Figure 1c–d show the main system equipped with n number of TMDs (MTMDs) with various dynamic characteristics. The BI system and each TMD is modeled with a single DOF. In this study, MTMDs and d-MTMDs are designed by considering unequal masses. The designed frequency of ith TMD is stated as
where ${\omega}_{T}$ is the average frequency of all the MTMDs (i.e., ${\omega}_{T}={\displaystyle \sum}_{j=1}^{n}{\omega}_{j}/n$). Based on the recommendation of De Domenico and Ricciardi [25], the average frequency is taken as 0.78 times the fundamental frequency of the BI building.
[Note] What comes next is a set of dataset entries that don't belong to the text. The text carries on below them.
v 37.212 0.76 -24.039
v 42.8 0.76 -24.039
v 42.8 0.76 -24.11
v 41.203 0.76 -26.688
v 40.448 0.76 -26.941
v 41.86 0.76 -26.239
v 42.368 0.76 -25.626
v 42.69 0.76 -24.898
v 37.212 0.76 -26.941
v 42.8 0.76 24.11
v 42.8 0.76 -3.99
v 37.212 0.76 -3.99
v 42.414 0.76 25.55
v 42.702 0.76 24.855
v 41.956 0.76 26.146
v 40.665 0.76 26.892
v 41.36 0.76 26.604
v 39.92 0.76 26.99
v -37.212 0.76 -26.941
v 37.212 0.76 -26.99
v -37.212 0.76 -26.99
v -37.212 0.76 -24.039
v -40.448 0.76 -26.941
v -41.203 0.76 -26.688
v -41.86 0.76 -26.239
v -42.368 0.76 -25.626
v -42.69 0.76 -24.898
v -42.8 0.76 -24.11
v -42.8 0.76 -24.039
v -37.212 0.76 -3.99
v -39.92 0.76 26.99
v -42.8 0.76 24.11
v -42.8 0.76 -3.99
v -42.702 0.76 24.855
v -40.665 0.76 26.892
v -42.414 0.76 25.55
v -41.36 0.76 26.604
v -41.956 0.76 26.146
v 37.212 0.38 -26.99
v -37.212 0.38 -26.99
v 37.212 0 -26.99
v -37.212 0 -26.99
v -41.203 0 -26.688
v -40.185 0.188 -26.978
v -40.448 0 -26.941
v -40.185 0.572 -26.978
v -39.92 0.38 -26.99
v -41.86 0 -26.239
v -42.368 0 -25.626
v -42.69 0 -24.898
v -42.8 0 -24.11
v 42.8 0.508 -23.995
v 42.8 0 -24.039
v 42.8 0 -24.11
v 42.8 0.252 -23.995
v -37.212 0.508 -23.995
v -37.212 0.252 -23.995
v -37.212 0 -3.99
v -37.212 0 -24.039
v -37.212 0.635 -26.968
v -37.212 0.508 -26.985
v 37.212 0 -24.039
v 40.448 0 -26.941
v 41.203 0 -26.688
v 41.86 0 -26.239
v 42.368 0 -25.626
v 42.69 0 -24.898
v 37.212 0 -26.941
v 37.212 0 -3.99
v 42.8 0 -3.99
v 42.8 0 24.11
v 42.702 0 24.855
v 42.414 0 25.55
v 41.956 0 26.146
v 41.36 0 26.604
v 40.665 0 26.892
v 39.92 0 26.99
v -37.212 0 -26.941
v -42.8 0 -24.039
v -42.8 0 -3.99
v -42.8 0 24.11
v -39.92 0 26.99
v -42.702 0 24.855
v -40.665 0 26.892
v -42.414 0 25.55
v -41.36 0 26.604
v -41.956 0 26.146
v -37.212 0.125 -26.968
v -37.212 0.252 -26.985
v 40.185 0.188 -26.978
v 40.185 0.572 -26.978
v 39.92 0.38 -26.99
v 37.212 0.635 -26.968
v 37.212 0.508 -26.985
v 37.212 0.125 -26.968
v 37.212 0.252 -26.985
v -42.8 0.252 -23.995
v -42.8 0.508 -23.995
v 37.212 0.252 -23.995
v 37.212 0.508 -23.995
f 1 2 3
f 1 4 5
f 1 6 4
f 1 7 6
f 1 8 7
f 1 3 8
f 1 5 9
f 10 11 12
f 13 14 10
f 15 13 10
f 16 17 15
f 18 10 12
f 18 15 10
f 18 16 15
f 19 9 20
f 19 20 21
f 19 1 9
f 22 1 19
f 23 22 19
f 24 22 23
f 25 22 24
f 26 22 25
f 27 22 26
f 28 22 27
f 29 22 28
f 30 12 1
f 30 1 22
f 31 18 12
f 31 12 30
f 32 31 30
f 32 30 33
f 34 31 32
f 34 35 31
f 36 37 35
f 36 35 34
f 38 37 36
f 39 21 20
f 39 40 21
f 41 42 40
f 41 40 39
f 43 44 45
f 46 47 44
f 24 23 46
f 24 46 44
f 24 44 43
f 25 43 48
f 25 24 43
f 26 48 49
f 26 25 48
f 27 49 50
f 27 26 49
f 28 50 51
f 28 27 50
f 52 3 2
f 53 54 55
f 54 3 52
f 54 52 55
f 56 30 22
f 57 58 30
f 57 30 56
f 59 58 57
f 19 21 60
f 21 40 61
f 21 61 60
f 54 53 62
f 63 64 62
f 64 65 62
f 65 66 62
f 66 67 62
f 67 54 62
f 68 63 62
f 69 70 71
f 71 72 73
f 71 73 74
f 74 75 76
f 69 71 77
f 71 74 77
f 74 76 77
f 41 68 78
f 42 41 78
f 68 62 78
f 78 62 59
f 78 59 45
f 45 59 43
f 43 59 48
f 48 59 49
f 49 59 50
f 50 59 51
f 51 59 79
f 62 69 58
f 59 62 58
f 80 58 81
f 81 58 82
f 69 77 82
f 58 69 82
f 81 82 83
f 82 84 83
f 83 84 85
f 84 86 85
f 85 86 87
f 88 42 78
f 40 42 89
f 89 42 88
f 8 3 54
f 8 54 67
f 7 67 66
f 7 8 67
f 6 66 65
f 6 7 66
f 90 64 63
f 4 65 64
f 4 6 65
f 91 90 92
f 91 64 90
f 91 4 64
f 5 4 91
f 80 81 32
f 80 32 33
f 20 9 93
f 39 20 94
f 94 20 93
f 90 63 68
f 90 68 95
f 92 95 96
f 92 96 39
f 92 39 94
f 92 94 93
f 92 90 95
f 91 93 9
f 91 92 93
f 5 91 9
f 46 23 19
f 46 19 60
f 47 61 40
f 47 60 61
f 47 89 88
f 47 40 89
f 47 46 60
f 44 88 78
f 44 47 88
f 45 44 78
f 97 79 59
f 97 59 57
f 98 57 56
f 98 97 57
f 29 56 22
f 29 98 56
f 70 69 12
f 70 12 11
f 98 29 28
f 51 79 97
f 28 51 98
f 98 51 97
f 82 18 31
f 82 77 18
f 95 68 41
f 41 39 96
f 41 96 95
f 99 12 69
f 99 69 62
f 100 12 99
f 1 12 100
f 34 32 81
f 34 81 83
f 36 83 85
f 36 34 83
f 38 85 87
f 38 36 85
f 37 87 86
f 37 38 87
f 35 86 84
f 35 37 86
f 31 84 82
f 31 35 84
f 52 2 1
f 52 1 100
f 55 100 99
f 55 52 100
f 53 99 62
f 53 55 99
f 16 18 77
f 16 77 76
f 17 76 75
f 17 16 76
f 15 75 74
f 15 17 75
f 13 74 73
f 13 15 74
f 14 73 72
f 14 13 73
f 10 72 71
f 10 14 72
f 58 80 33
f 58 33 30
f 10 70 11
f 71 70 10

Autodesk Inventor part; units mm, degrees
ref_plane "YZ Plane" through (0, 0, 0) normal (1, 0, 0) x (0, 1, 0)
ref_plane "XZ Plane" through (0, 0, 0) normal (0, 1, 0) x (-1, 0, 0)
ref_plane "XY Plane" through (0, 0, 0) normal (0, 0, 1) x (1, 0, 0)
sketch "Sketch1" plane through (0, 0, 0) normal (0, 1, 0) x (-1, 0, 0)
  line L0 (42.8, -26.99) -> (-42.8, -26.99)
  line L1 (-42.8, -26.99) -> (-42.8, 26.99)
  line L2 (-42.8, 26.99) -> (42.8, 26.99)
  line L3 (42.8, 26.99) -> (42.8, -26.99)
  line L4 (42.8, -26.99) -> (-42.8, 26.99) construction
  line L5 (-42.8, -26.99) -> (42.8, 26.99) construction
  point P0 (0, 0)
  dimension "d0" = 85.6
  dimension "d1" = 53.98
extrude "Extrusion1" add sketch "Sketch1" along normal blind 0.76
fillet "Fillet1" radius 2.88 4 edges at (42.8, 0.38, 26.99) (42.8, 0.38, -26.99) (-42.8, 0.38, 26.99) (-42.8, 0.38, -26.99)
sketch "Sketch2" plane through (0, 0, 0) normal (0, -1, 0) x (1, 0, 0)
  arc A0 (-42.8, -24.11) -> (-39.92, -26.99) centre (-39.92, -24.11) ccw projected
  line L0 (-39.92, -26.99) -> (39.92, -26.99) projected
  arc A1 (39.92, -26.99) -> (42.8, -24.11) centre (39.92, -24.11) ccw projected
  line L1 (42.8, -24.11) -> (42.8, 24.11) projected
  arc A2 (42.8, 24.11) -> (39.92, 26.99) centre (39.92, 24.11) ccw projected
  line L2 (39.92, 26.99) -> (-39.92, 26.99) projected
  arc A3 (-39.92, 26.99) -> (-42.8, 24.11) centre (-39.92, 24.11) ccw projected
  line L3 (-42.8, 24.11) -> (-42.8, -24.11) projected
  line L4 (-42.8, 24.11) -> (-42.8, -24.11) projected
  line L5 (-42.8, -3.99) -> (-37.212, -3.99)
  line L6 (-37.212, -3.99) -> (-37.212, -23.99)
  line L7 (-37.212, -23.99) -> (-42.8, -23.99)
  line L8 (-42.8, -23.99) -> (-42.8, -3.99)
  line L9 (42.8, 24.11) -> (42.8, -24.11) projected
  line L10 (42.8, -23.99) -> (37.212, -23.99)
  line L11 (37.212, -23.99) -> (37.212, -3.99)
  line L12 (37.212, -3.99) -> (42.8, -3.99)
  line L13 (42.8, -3.99) -> (42.8, -23.99)
  point P0 (0, 0)
  dimension "d5" = 5.588
  dimension "d6" = 5.588
  dimension "d7" = 3
  dimension "d8" = 3
  dimension "d9" = 20
  dimension "d10" = 20
extrude "Extrusion2" cut sketch "Sketch2" against normal through all contours L3 L5 L6 L7 | L10 L11 L12 L1
sketch "Sketch3" plane through (42.8, 0, 24.11) normal (1, 0, 0) x (0, 0, -1)
  line L0 (51.1, 0) -> (51.1, 0.76) projected
  line L1 (51.1, 0) -> (51.1, 0.76)
  line L2 (48.1, 0.76) -> (48.1, 0)
  line L3 (48.1, 0) -> (51.1, 0.76) construction
  line L4 (51.1, 0) -> (48.1, 0.76) construction
  line L5 (51.1, 0) -> (48.22, 0) projected
  arc A0 (48.1489, 0.76) -> (48.1489, 0) centre (49.6, 0.38) ccw
  arc A1 (51.0511, 0) -> (51.0511, 0.76) centre (49.6, 0.38) ccw
  line L6 (48.1, 0) -> (48.1489, 0)
  line L7 (51.0511, 0) -> (51.1, 0)
  line L8 (51.1, 0.76) -> (51.0511, 0.76)
  line L9 (48.1489, 0.76) -> (48.1, 0.76)
  point P0 (24.11, 0)
  point P1 (48.1, 0.38)
  point P2 (51.1, 0.38)
  dimension "d14" = 3
  dimension "d15" = 0.76
  dimension "d16" = 1.5
  dimension "d17" = 1.5
  dimension "d18" = 1.5
extrude "Extrusion3" cut sketch "Sketch3" against normal up to surface (5.588 mm away)
mirror "Mirror1" about plane through (0, 0, 0) normal (1, 0, 0) of "Extrusion3"
sketch "Sketch4" plane through (0, 0, 0) normal (0, -1, 0) x (1, 0, 0)
  line L0 (-37.212, -24.0389) -> (-42.8, -24.0389) projected
  line L1 (-42.8, -24.0389) -> (-42.8, -24.11) projected
  arc A0 (-42.8, -24.11) -> (-40.4486, -26.9411) centre (-39.92, -24.11) ccw projected
  line L2 (-40.4486, -26.9411) -> (-37.212, -26.9411) projected
  line L3 (-37.212, -26.9411) -> (-37.212, -26.99) projected
  line L4 (-37.212, -26.99) -> (37.212, -26.99) projected
  line L5 (37.212, -26.99) -> (37.212, -26.9411) projected
  line L6 (37.212, -26.9411) -> (40.4486, -26.9411) projected
  arc A1 (40.4486, -26.9411) -> (42.8, -24.11) centre (39.92, -24.11) ccw projected
  line L7 (42.8, -24.11) -> (42.8, -24.0389) projected
  line L8 (42.8, -24.0389) -> (37.212, -24.0389) projected
  line L9 (37.212, -24.0389) -> (37.212, -3.99) projected
  line L10 (37.212, -3.99) -> (42.8, -3.99) projected
  line L11 (42.8, -3.99) -> (42.8, 24.11) projected
  arc A2 (42.8, 24.11) -> (39.92, 26.99) centre (39.92, 24.11) ccw projected
  line L12 (39.92, 26.99) -> (-39.92, 26.99) projected
  arc A3 (-39.92, 26.99) -> (-42.8, 24.11) centre (-39.92, 24.11) ccw projected
  line L13 (-42.8, 24.11) -> (-42.8, -3.99) projected
  line L14 (-42.8, -3.99) -> (-37.212, -3.99) projected
  line L15 (-37.212, -3.99) -> (-37.212, -24.0389) projected
  line L16 (39.92, 26.99) -> (-39.92, 26.99) projected
  line L17 (42.8, -3.99) -> (42.8, 24.11) projected
  line L18 (-42.8, 24.11) -> (-42.8, -3.99) projected
  line L19 (-42.8, 26.99) -> (42.8, 26.99) construction
  line L20 (42.8, 26.99) -> (42.8, -27.0263) construction
  line L21 (42.8, -27.0263) -> (-42.8, -27.0263) construction
  line L22 (-42.8, -27.0263) -> (-42.8, 26.99) construction
  point P0 (0, 0)
decal "Decal1"
sketch "Sketch5" plane through (0, 0.76, 0) normal (0, 1, 0) x (1, 0, 0)
  line L0 (-42.8, 24.0389) -> (-37.212, 24.0389) projected
  line L1 (-37.212, 24.0389) -> (-37.212, 3.99) projected
  line L2 (-37.212, 3.99) -> (-42.8, 3.99) projected
  line L3 (-42.8, 3.99) -> (-42.8, -24.11) projected
  arc A0 (-42.8, -24.11) -> (-39.92, -26.99) centre (-39.92, -24.11) ccw projected
  line L4 (-39.92, -26.99) -> (39.92, -26.99) projected
  arc A1 (39.92, -26.99) -> (42.8, -24.11) centre (39.92, -24.11) ccw projected
  line L5 (42.8, -24.11) -> (42.8, 3.99) projected
  line L6 (42.8, 3.99) -> (37.212, 3.99) projected
  line L7 (37.212, 3.99) -> (37.212, 24.0389) projected
  line L8 (37.212, 24.0389) -> (42.8, 24.0389) projected
  line L9 (42.8, 24.0389) -> (42.8, 24.11) projected
  arc A2 (42.8, 24.11) -> (40.4486, 26.9411) centre (39.92, 24.11) ccw projected
  line L10 (40.4486, 26.9411) -> (37.212, 26.9411) projected
  line L11 (37.212, 26.9411) -> (37.212, 26.99) projected
  line L12 (37.212, 26.99) -> (-37.212, 26.99) projected
  line L13 (-37.212, 26.99) -> (-37.212, 26.9411) projected
  line L14 (-37.212, 26.9411) -> (-40.4486, 26.9411) projected
  arc A3 (-40.4486, 26.9411) -> (-42.8, 24.11) centre (-39.92, 24.11) ccw projected
  line L15 (-42.8, 24.11) -> (-42.8, 24.0389) projected
  line L16 (-42.8, 3.99) -> (-42.8, -24.11) projected
  line L17 (-42.8, 27.0263) -> (42.8, 27.0263) construction
  line L18 (42.8, 27.0263) -> (42.8, -26.99) construction
  line L19 (42.8, -26.99) -> (-42.8, -26.99) construction
  line L20 (-42.8, -26.99) -> (-42.8, 27.0263) construction
  line L21 (42.8, -24.11) -> (42.8, 3.99) projected
  point P0 (0, 0)
decal "Decal2"
equation "\"d0\" = cardWidth"
equation "\"d1\" = cardHeight"
equation "\"d2\" = cardThickness"
equation "\"d4\" = cardFillet"
equation "\"d5\" = spoolThickness"
equation "\"d6\" = spoolThickness"
equation "\"d7\" = cardPinDiameter"
equation "\"d8\" = cardPinDiameter"
equation "\"d9\" = cardCutoutHeight"
equation "\"d10\" = cardCutoutHeight"
equation "\"d11\" = cardThickness"
equation "\"d14\" = cardPinDiameter"
equation "\"d15\" = cardThickness"
equation "\"d16\" = 0.5 * cardPinDiameter"
equation "\"d18\" = 0.5 * cardPinDiameter"
equation "\"d19\" = cardThickness"
equation "\"materialThickness\" = 3.175"
equation "\"laserKerf\" = 0.12"
equation "\"cardPinDiameter\" = 3"
equation "\"centeralShaftDiameter\" = 8"
equation "\"cardWidth\" = 85.6"
equation "\"cardHeight\" = 53.98"
equation "\"cardThickness\" = 0.76"
equation "\"cardFillet\" = 2.88"
equation "\"cardCutoutHeight\" = 20"
equation "\"d13\" = cardPinDiameter"
equation "\"cardSelected\" = 1"
equation "\"cardClearence\" = 0.5"
equation "\"bearingOd\" = 22"
equation "\"bearingWidth\" = 8"
equation "\"axleHeight\" = 95"
equation "\"nutTrapwidth\" = 5.5"
equation "\"nutTrapClearence\" = 2"
equation "\"nutTrapDepth\" = 2.5"
equation "\"magnetDiameter\" = 6"
equation "\"magnetLength\" = 3"
equation "\"magnetProtusion\" = 0.25"
equation "\"spoolThickness\" = 5.588"
properties part number "card-01" material "ABS Plastic"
Non-dimensional frequency spacing parameter $\beta $ of the MTMDs is defined as

$${\omega}_{i}={\omega}_{T}\left[1+\left(i-\frac{n+1}{2}\right)\frac{\beta}{n-1}\right]$$

$$\beta =\frac{{\omega}_{n}-{\omega}_{1}}{{\omega}_{T}}$$

For a set of TMD units with equal stiffness (i.e., ${k}_{1}={k}_{2}={k}_{3}=\cdots ={k}_{n}$) and equal damping ratio (i.e., ${\xi}_{1}={\xi}_{2}={\xi}_{3}=\cdots ={\xi}_{n}$), the stiffness (${k}_{j}$) is calculated as
where ${m}_{n}$ is the total mass of all the TMD(s), and the mass of the ith TMD (${m}_{i}$) is given by
and the damping coefficient of the TMDs is then given by

$${k}_{j}=\frac{{m}_{n}}{\left(1/{\omega}_{1}^{2}+1/{\omega}_{2}^{2}+\cdots +1/{\omega}_{n}^{2}\right)}$$

$${m}_{i}=\frac{{k}_{i}}{{\omega}_{i}^{2}}$$

$${c}_{i}=2{\xi}_{i}{m}_{i}{\omega}_{i}$$

In this study, n = 3 is assumed for the cases of MTMDs and d-MTMDs; for MTMDs cases, all the TMDs are placed at the top floor, whereas for d-MTMDs, the TMDs are placed at the top three floors.

## 5. Numerical Study

Numerical study is conducted on response mitigation of 5- and 10-story BI buildings equipped with TMDs at top and at different floor levels under earthquake ground motions. The shear-type buildings are modeled by considering only a lateral DOF at each floor level. The coupled governing differential equation of motion for the system is formulated and solved using Newmark’s integration method with linear acceleration assumption between consecutive time steps. For the sake of simplicity, the floor mass and stiffness are kept the same herein. The structural damping matrix is constructed by assuming 2% damping ratio in all the normal modes of vibration. The isolation period and the TMDs mass ratio are assumed to be 2.5 s and 5%, respectively. The total TMD mass is then divided into three TMDs for the cases of MTMDs and d-MTMDs. In addition, the isolation damping ratio, yield displacement, and normalized yield strength (yield strength per unit weight of the structure) are assumed to be 0.05, 5 cm, and 0.05, respectively [40]. The 5- and 10-story buildings have 0.5 s and 1 s fundamental period, respectively, when they are fixed at the base.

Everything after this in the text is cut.